As part of our broader sustainability strategy to build a more sustainable future for employees, communities, patients and donors, CSL announced new carbon emissions reduction targets that serve as a transparent roadmap to decarbonise global operations by cutting direct and indirect carbon emissions.

We have committed to a 40% reduction in absolute Scope 1 and 2 emissions by 2030, using the average of CSL’s FY19-21 emissions as the basis. Further, we intend to ensure that suppliers who contribute 67% of our Scope 3 emissions have set Science-Based Targets initiative-aligned Scope 1 and Scope 2 reductions by 2030.

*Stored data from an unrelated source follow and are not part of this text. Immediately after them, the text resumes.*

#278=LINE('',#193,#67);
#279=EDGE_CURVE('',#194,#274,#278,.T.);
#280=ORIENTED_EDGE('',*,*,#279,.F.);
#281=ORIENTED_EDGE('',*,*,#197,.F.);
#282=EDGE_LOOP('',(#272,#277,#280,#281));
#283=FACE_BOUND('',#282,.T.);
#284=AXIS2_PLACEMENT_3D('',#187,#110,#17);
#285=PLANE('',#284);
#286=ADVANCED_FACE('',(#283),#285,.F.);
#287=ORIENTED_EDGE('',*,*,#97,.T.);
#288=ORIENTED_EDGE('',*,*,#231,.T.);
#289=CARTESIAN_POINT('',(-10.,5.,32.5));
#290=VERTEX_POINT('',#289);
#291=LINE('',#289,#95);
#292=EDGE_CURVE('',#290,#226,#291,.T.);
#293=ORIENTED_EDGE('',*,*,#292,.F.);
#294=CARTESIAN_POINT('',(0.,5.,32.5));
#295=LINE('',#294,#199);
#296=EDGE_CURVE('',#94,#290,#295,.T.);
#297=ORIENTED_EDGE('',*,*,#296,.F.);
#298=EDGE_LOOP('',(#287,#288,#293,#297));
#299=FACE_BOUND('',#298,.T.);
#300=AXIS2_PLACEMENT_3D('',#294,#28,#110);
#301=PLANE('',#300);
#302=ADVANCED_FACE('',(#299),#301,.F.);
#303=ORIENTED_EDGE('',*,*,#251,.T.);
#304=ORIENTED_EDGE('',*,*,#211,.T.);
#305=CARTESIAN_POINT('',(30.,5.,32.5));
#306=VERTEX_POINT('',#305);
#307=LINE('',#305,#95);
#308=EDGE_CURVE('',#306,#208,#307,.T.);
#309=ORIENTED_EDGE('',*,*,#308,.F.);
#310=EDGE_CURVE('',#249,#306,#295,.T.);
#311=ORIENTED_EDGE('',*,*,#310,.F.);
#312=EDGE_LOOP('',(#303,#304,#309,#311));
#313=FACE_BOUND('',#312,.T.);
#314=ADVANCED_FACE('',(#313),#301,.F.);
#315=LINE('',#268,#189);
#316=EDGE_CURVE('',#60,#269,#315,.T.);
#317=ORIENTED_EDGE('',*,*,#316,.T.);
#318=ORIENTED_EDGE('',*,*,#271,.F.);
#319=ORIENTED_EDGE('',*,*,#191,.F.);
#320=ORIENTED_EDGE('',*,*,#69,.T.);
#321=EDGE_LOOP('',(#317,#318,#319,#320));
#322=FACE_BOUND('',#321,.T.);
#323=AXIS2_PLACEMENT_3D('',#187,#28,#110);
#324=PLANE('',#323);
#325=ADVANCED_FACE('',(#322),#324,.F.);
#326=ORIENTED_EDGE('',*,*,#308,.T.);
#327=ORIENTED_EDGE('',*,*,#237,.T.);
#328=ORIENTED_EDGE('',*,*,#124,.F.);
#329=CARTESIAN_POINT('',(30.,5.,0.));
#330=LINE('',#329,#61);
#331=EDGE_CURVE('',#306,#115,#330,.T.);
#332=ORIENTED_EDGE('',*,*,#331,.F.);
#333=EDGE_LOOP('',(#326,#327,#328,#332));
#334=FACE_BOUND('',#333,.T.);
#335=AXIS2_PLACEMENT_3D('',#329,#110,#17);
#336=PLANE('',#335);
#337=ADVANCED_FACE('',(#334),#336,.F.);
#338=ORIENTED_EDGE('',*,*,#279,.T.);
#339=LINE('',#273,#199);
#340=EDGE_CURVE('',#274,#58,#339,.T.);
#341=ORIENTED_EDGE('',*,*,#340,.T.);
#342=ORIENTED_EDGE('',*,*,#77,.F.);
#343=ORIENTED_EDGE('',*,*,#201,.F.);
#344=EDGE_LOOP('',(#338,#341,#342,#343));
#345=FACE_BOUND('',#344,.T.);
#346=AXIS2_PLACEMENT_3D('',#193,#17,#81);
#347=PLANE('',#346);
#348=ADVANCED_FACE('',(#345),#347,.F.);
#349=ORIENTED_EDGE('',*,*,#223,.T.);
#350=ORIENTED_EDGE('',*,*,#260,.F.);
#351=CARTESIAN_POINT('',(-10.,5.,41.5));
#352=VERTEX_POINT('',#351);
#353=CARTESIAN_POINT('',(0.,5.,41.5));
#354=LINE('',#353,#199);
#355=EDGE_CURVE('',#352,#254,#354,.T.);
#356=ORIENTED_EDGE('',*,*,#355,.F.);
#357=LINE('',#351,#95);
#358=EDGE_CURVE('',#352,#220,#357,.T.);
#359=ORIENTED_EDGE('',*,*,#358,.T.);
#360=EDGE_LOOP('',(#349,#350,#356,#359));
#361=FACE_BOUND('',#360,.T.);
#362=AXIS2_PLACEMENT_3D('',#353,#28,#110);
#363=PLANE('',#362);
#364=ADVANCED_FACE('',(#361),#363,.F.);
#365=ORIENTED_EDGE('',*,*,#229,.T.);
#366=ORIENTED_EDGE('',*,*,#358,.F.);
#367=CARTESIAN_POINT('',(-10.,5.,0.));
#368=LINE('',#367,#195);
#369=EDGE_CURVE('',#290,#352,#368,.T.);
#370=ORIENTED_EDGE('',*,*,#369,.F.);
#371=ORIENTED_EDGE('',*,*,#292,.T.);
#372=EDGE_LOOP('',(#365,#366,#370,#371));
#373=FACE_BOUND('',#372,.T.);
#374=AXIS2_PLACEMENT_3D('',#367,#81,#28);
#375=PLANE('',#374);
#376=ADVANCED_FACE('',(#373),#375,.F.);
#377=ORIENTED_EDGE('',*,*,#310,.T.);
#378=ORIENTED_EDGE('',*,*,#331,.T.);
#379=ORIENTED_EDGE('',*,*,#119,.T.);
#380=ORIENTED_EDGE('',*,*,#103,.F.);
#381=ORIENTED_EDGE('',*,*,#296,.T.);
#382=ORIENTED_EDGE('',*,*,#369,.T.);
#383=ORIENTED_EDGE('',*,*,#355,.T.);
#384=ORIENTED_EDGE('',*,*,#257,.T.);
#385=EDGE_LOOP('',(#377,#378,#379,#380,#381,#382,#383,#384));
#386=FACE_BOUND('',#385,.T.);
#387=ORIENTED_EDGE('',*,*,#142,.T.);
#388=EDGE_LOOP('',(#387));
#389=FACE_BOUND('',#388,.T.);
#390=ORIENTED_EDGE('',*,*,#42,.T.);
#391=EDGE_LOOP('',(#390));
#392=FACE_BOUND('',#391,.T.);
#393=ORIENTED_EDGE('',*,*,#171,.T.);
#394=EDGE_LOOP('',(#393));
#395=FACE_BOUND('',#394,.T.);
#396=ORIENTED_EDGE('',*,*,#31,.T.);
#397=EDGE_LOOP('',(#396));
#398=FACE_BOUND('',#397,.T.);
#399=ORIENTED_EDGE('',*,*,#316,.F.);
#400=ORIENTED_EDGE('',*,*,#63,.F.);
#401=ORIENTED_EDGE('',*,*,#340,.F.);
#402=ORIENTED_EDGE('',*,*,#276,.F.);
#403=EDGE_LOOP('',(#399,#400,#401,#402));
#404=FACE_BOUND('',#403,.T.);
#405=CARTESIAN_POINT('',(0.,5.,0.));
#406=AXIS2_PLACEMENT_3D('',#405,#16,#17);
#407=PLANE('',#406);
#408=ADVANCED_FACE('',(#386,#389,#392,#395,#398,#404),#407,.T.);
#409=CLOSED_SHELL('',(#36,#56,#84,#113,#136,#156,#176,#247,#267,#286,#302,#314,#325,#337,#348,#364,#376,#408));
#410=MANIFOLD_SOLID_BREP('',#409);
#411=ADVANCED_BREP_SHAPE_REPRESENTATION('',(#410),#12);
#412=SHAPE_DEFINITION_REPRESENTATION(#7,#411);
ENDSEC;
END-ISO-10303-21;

CSL - Annual Report 2021-22 Page 47

Energy Efficiency Initiatives

Examples of energy efficiency case studies across our organisation include:

CSL - Boilers

Bern, Switzerland

  • We strive to reduce the environmental impact of our operations through innovative and smart processes, by systematically saving resources and emissions and increasing reuse, recycling and awareness.
  • One project to realise our commitment to reduce the environmental impact of our operations through innovative and smart processes was the replacement of three 27-year-old process steam boilers and the decommissioning of two combined heat and power plants. Steam is mainly used for various heating purposes during the production process largely for sanitization, the distillation of water for injection (used as excipient and for cleaning) and recovering of ethanol (used for the fractionation process)
  • In addition to improved efficiency of the steam system, equivalent to 980 tonnes CO2-e reduction per year, further advantages of this project are the future delivery of steam for Bern’s two new immunoglobulin modules, and vastly improved redundancy of the steam system.
CSL R&D in Marburg

Marburg, Germany

  • The new research and development (R&D) campus in Marburg, Germany, is one of the places where CSL will shape the future. For the first time, more than 500 R&D colleagues along with external partners can collaborate under one roof in state-of-the-art work spaces and in highly innovative laboratories.
  • While the new building seeks to fuel R&D innovation, innovation has also been fundamental in the design of the building. An innovative sustainability-driven heating and cooling feature has been installed. Heating and cooling will be provided by heat pumps plus an innovative ice storage system, which will be one of the largest ice storage facilities in Europe. At the end of the heating period, the water in the ice storage begins to freeze and this stored cold can be used at no expense for cooling during warmer periods. This system reduces primary energy consumption by about 37% below the minimum standard required by law. The new building is expected to reduce CO2 emissions by 1,870 tonnes per annum.
CSL - Banksia Tullamarine

Melbourne, Australia

  • In November 2020, CSL Seqirus announced the build of the only cell-based influenza vaccine manufacturing facility in the Southern Hemisphere, producing seasonal and pandemic influenza vaccines, CSL Seqirus proprietary adjuvant and Australian antivenoms and Q-Fever vaccine.

    • The facility will be built at a green-field site in Tullamarine, Victoria, Australia and is currently designed to feature best-in-class sustainable design features including, to name a few:

    • onsite renewable energy generation;
    • electrification of plant to reduce reliance on natural gas;
    • heat recovery from waste management processes;
    • reclaim water reuse;
    • embedded night setback operating mode for suitable spaces when activity levels are low;
    • electric car and bicycle charging stations;
    • detailed waste management and circular economy plans to minimise construction and operations waste; and
    • reuse of recycled materials in construction.

The facility is expected to be operational in 2026 and will seek certification to the Green Building Council Australia’s Green Star building rating.